* **PROBLEM TO WORK ON**: The material below holds a span beginning at the line with "F13_DEPTH = 25.4" and ending at the line with "Line((-73.167469, -41.597978), (-87.315269, -41.597978))". Quote that span exactly, both ends included, and only that span.

Segment Open

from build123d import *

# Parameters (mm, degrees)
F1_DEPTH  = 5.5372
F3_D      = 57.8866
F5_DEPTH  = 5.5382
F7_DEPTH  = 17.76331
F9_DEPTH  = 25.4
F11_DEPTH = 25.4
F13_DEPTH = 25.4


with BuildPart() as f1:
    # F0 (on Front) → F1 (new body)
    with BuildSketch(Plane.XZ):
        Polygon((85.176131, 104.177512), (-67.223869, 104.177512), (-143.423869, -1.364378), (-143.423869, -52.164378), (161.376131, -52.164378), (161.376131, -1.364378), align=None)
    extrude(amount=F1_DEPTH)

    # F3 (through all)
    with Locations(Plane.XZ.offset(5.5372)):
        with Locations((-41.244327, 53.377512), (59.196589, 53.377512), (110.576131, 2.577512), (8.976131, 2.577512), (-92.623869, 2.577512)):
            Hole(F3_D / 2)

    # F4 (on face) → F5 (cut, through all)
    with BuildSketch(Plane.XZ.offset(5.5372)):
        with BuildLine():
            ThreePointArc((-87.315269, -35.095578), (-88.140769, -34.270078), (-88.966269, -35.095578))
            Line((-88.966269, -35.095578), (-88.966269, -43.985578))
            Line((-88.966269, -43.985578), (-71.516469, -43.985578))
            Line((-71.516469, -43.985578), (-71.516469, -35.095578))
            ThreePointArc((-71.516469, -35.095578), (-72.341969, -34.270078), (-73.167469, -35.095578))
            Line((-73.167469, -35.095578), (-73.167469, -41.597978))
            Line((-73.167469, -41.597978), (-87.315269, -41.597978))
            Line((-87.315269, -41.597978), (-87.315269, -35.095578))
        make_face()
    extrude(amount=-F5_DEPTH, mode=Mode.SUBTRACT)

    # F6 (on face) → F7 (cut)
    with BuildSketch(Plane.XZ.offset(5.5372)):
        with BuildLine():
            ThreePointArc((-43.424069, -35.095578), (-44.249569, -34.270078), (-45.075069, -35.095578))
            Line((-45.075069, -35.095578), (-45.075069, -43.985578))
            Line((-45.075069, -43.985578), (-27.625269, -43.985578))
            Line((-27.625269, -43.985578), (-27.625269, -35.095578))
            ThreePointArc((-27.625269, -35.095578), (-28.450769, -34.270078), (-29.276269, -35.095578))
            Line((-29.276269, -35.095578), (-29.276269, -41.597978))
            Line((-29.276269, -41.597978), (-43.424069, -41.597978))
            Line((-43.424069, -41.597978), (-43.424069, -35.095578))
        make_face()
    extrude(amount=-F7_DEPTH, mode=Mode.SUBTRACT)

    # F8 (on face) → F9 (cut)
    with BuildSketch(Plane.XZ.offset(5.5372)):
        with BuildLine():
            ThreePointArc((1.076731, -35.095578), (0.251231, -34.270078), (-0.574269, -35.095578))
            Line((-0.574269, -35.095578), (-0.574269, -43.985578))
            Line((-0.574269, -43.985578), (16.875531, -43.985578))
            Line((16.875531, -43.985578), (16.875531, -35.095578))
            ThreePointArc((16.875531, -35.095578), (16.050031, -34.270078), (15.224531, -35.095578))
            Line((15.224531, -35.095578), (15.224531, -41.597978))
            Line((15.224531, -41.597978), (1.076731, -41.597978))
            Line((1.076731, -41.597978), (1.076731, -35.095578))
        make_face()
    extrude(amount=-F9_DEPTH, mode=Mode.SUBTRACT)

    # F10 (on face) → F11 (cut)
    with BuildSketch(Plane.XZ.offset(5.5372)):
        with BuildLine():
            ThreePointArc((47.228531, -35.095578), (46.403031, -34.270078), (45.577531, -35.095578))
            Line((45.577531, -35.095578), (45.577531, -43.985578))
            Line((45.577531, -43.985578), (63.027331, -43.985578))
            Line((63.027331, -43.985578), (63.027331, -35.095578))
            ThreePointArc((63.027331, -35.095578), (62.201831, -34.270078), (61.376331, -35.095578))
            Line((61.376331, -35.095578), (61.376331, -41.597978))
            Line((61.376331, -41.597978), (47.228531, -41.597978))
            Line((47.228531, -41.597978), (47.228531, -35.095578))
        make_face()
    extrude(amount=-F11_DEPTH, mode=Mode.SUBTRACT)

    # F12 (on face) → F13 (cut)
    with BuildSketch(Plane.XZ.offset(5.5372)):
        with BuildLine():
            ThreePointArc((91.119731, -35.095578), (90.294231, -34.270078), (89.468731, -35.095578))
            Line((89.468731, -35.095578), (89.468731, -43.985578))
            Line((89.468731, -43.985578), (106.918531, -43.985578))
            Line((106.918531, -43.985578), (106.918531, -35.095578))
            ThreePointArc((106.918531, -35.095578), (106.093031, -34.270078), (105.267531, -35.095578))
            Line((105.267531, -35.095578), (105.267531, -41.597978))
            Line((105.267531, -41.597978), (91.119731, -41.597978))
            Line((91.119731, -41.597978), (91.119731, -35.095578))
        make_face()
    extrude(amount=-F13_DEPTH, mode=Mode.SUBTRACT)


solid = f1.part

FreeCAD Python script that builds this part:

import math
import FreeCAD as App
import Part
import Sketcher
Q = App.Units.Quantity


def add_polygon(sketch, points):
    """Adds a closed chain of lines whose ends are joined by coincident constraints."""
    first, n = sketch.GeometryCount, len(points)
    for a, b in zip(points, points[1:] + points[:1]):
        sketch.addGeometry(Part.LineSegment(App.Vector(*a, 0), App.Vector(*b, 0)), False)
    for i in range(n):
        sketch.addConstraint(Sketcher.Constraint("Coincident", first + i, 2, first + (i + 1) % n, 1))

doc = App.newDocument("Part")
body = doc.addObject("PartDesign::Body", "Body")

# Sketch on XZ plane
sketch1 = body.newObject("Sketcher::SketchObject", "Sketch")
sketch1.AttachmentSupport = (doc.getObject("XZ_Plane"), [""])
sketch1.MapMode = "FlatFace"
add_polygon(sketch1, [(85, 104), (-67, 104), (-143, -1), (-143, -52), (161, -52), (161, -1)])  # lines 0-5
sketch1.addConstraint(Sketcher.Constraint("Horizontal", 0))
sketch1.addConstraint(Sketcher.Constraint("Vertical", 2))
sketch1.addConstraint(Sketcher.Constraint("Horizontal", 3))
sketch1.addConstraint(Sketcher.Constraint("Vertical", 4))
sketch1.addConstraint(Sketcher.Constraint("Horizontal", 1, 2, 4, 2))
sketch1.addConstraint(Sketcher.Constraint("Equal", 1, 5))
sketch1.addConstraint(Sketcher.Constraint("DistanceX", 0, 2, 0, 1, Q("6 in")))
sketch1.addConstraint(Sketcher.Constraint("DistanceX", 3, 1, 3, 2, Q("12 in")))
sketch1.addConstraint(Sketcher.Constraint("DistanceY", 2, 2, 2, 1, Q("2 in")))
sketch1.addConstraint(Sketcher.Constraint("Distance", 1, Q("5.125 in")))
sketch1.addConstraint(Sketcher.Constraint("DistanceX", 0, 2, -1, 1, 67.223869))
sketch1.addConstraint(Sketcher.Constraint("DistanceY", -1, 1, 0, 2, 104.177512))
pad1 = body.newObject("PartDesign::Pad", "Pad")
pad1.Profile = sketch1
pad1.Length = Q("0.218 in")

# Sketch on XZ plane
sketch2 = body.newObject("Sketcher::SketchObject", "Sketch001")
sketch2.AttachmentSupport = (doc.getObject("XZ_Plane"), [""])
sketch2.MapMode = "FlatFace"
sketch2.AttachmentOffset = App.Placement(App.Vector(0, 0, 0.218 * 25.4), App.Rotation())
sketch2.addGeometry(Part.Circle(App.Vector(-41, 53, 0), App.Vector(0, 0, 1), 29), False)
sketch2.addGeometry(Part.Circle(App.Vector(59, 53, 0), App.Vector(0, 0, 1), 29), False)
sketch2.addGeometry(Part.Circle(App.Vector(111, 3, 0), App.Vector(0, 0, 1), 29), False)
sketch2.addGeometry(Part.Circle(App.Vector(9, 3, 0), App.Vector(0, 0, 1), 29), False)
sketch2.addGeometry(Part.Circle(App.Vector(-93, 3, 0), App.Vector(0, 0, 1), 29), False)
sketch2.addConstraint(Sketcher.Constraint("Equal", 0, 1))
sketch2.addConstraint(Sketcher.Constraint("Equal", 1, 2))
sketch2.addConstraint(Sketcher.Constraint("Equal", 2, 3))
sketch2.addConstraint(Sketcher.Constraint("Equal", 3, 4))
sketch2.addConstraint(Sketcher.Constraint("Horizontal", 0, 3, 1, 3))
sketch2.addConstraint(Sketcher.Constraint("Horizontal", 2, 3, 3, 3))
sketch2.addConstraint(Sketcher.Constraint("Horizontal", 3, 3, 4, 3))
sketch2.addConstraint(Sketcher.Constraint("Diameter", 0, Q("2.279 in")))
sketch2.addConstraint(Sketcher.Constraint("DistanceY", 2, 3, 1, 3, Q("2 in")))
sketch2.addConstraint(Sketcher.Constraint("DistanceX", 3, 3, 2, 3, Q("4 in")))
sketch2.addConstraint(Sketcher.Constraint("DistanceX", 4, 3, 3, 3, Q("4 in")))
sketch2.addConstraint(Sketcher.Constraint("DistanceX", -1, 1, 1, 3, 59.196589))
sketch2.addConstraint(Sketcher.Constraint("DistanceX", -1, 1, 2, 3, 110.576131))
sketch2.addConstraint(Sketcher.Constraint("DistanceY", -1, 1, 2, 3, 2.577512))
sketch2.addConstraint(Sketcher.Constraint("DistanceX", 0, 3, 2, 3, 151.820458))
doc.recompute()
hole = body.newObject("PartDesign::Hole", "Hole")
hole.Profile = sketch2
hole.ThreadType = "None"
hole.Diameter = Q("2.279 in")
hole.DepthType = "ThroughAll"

Segment Closed

* **COMPLETED EXERCISE**:
F13_DEPTH = 25.4


with BuildPart() as f1:
    # F0 (on Front) → F1 (new body)
    with BuildSketch(Plane.XZ):
        Polygon((85.176131, 104.177512), (-67.223869, 104.177512), (-143.423869, -1.364378), (-143.423869, -52.164378), (161.376131, -52.164378), (161.376131, -1.364378), align=None)
    extrude(amount=F1_DEPTH)

    # F3 (through all)
    with Locations(Plane.XZ.offset(5.5372)):
        with Locations((-41.244327, 53.377512), (59.196589, 53.377512), (110.576131, 2.577512), (8.976131, 2.577512), (-92.623869, 2.577512)):
            Hole(F3_D / 2)

    # F4 (on face) → F5 (cut, through all)
    with BuildSketch(Plane.XZ.offset(5.5372)):
        with BuildLine():
            ThreePointArc((-87.315269, -35.095578), (-88.140769, -34.270078), (-88.966269, -35.095578))
            Line((-88.966269, -35.095578), (-88.966269, -43.985578))
            Line((-88.966269, -43.985578), (-71.516469, -43.985578))
            Line((-71.516469, -43.985578), (-71.516469, -35.095578))
            ThreePointArc((-71.516469, -35.095578), (-72.341969, -34.270078), (-73.167469, -35.095578))
            Line((-73.167469, -35.095578), (-73.167469, -41.597978))
            Line((-73.167469, -41.597978), (-87.315269, -41.597978))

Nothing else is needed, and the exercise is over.